Rotation matrices: the special orthogonal group

Comment about the finer points of how to use rotationsfactory in Manopt

The group of rotations in \(\Rn\) is the special orthogonal group \[ \SOn = \{ X \in \Rnn : X\transpose X = I_n \textrm{ and } \det(X) = 1 \}. \] This is one of the two connected components of the orthogonal group (matrices in the other component satisfy \(\det(X) = -1\)).

Differentiating the constraint \(X\transpose X = I_n\) along \(\dot X\), we obtain the defining equation for the tangent space at \(X\). Explicitly, \[ \dot X\transpose X + X\transpose \dot X = 0. \] Thus, a tangent vector \(\dot X\) is a matrix in \(\Rnn\) such that \(X\transpose \dot X\) is skew-symmetric. Equivalently, \(\dot X\) is of the form \(X\Omega\) where \(\Omega\) is a skew-symmetric matrix in \(\Rnn\). Accordingly, the tangent space at \(X\) is the following subspace of \(\Rnn\): \[ \T_X \SOn = \{ X\Omega : \Omega + \Omega\transpose = 0 \}. \] Since \(X\) is fixed, we see that in order to identify a tangent vector \(\dot X\) it is equivalent to specify either \(\dot X\) itself (as a matrix of size \(n \times n\)) or \(\Omega\) (a skew-symmetric matrix of size \(n \times n\), with the understanding that \(\Omega\) represents \(\dot X = X\Omega\)).

In practice, it is common that the first thing we need to compute with a tangent vector is the product \(X\transpose \dot X\), which happens to be \(\Omega\).

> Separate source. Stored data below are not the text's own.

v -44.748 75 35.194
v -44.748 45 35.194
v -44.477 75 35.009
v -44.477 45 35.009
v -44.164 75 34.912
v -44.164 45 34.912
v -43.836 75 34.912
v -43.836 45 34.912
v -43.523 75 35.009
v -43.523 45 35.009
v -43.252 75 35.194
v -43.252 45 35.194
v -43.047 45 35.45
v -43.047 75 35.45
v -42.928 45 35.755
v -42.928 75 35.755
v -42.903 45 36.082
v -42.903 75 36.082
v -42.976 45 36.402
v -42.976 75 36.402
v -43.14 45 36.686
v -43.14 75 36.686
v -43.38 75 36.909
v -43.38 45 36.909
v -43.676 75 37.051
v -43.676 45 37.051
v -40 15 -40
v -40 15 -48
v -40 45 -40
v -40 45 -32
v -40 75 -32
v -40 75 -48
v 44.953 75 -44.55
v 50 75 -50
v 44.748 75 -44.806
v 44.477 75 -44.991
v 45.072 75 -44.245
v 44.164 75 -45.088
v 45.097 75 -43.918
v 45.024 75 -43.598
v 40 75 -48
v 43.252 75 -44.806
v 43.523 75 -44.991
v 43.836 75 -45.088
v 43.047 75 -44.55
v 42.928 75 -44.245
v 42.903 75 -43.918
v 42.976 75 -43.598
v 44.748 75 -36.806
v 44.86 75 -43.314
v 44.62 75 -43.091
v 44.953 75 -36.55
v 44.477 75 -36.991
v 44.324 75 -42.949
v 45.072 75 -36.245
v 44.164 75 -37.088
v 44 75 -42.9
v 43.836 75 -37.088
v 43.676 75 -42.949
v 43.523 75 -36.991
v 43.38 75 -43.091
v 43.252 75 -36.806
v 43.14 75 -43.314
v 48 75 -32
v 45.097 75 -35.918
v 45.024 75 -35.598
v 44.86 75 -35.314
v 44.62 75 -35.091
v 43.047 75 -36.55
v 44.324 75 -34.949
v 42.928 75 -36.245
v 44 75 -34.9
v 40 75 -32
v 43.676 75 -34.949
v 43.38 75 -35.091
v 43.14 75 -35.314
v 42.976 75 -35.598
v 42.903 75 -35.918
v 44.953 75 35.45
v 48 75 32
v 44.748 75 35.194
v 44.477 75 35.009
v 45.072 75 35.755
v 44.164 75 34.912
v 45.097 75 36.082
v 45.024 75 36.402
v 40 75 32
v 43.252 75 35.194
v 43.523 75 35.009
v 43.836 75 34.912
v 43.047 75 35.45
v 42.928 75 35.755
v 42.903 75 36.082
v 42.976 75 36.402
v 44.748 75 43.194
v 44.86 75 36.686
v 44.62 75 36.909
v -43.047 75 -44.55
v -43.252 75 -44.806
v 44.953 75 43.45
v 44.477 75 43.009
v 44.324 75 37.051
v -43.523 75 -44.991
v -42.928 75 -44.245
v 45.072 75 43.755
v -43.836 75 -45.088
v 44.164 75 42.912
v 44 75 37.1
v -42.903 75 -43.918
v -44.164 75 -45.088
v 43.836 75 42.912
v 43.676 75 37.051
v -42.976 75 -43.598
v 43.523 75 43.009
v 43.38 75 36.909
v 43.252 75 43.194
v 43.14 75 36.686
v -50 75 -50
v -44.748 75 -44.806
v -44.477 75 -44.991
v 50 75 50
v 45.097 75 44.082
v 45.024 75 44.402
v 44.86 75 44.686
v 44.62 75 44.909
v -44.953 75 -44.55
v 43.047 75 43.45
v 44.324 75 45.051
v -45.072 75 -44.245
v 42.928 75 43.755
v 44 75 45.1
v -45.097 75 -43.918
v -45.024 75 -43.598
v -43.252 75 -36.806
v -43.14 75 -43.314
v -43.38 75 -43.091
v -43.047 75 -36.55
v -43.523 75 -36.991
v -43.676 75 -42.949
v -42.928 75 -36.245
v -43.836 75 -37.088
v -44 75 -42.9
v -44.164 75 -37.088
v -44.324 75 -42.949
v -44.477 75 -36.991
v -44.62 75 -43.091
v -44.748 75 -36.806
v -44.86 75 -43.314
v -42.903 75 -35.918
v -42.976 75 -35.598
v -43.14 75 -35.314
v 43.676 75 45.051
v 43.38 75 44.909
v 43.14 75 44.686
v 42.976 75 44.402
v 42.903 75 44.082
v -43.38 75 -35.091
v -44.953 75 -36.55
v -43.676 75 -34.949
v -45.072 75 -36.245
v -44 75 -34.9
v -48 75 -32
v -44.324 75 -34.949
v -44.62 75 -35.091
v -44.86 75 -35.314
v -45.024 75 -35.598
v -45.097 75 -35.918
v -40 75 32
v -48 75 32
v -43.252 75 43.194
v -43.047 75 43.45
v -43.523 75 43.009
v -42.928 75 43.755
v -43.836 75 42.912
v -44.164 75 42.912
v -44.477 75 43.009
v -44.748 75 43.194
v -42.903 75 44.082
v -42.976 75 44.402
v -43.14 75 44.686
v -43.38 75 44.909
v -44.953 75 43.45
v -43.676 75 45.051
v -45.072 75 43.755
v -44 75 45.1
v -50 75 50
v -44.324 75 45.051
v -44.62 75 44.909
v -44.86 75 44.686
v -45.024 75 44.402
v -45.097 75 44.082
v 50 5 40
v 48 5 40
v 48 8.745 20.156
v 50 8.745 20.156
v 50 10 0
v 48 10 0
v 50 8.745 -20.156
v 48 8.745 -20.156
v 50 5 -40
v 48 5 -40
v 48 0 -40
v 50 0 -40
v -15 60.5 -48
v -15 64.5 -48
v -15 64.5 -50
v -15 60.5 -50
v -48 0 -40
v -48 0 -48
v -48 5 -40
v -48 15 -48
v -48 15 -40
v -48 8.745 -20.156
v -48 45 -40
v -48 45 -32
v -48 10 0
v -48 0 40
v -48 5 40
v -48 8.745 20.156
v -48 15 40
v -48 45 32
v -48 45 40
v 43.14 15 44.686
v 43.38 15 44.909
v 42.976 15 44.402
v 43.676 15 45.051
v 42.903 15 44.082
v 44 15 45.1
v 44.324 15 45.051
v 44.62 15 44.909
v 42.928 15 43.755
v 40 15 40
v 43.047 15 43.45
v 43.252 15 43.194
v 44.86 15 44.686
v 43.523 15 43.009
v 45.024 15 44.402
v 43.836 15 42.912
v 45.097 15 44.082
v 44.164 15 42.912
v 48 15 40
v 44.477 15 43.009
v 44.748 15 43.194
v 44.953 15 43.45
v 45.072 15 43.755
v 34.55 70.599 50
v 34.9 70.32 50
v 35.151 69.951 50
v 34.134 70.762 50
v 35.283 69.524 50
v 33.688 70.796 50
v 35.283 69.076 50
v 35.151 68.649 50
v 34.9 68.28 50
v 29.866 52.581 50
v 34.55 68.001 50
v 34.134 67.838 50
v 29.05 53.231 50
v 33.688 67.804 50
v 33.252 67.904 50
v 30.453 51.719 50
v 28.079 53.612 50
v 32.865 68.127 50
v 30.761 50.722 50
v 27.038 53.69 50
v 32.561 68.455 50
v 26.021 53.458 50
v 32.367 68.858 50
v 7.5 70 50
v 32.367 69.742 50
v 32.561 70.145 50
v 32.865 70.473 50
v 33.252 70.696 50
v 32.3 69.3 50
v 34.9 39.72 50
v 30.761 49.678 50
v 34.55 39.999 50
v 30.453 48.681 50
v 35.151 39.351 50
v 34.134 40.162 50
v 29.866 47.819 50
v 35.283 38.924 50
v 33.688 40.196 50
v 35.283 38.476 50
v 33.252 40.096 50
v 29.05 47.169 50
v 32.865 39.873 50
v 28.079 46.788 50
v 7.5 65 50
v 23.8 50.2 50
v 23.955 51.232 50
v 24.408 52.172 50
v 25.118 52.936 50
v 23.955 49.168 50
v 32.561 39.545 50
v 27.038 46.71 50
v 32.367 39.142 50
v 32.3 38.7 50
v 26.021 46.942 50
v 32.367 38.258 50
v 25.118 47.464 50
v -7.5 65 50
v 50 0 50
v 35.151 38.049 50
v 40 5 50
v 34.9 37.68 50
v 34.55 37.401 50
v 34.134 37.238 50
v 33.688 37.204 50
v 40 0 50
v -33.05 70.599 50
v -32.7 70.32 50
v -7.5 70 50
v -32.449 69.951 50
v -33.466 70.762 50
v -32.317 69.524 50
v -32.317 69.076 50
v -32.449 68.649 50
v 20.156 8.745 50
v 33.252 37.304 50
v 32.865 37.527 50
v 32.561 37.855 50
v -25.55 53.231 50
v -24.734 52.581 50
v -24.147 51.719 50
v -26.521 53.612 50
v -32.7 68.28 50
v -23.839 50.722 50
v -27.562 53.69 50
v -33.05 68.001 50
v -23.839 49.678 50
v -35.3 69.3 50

For this reason, in Manopt’s rotationsfactory, tangent vectors are stored as \(\Omega\), not as \(\dot X\).

In constrast, we still see \(\SOn\) as an embedded submanifold of \(\Rnn\), and all objects in \(\Rnn\) are represented as themselves (matrices of size \(n \times n\)).

This is important to keep in mind whenever we work with a matrix that comes from or that we provide to rotationsfactory. We must ask: is this a tangent vector at \(X\) (represented as \(\Omega\)), or is this in the embedding space (represented as itself)? Explicitly:

The manifold structure M = rotationsfactory(n) provides convenient tools to work with these representations:

As an example, consider the following optimization problem over rotation matrices. Let \(\bar f \colon \Rnn \to \reals\) be defined by \[ \bar f(X) = \frac{1}{2}\sqfrobnorm{AXB - C}, \] where \(A, B, C\) are given matrices in \(\Rnn\). We wish to minimize \(f \colon \SOn \to \reals\), where \(f = \bar f|_{\SOn}\) is simply the restriction of \(\bar f\) to \(\SOn\).

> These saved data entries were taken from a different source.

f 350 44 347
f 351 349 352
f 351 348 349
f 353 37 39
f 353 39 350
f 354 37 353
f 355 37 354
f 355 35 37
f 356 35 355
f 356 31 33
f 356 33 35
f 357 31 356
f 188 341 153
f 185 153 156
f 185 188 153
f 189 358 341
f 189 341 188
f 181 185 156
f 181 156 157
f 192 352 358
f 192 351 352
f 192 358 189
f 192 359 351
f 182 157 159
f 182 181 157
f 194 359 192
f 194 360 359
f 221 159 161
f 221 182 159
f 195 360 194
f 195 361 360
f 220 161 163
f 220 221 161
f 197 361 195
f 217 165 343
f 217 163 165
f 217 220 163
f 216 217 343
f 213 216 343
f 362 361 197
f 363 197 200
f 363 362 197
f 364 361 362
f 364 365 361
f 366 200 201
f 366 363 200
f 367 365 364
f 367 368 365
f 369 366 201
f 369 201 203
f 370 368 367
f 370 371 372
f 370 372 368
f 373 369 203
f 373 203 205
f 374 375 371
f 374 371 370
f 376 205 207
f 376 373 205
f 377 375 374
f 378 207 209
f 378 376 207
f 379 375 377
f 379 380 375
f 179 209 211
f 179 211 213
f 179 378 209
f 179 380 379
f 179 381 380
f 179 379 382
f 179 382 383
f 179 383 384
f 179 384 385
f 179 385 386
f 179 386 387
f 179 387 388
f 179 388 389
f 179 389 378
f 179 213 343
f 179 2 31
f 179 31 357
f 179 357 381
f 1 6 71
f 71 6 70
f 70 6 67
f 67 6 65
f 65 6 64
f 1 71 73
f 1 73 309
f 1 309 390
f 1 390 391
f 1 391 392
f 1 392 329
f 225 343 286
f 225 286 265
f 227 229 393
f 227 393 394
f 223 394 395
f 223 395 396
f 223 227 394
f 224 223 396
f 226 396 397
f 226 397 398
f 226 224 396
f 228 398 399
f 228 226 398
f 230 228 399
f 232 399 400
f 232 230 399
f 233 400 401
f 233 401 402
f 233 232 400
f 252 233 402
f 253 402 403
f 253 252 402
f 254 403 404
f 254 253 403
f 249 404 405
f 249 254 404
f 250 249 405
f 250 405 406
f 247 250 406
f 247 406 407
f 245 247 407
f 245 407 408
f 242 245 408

The Euclidean gradient and Hessian of \(\bar f\) are as follows: \[ \grad \bar f(X) = A\transpose ( AXB - C ) B\transpose \] and, for all \(Z \in \Rnn\), \[ \Hess \bar f(X)[Z] = A\transpose ( AZB ) B\transpose. \] These can be converted to the Riemannian gradient and Hessian of \(f\) in the usual way: see for example Section 7.4 in this book. Manopt does it automatically though: we just need to provide \(\grad \bar f\) and \(\Hess \bar f\) in problem.egrad and problem.ehess.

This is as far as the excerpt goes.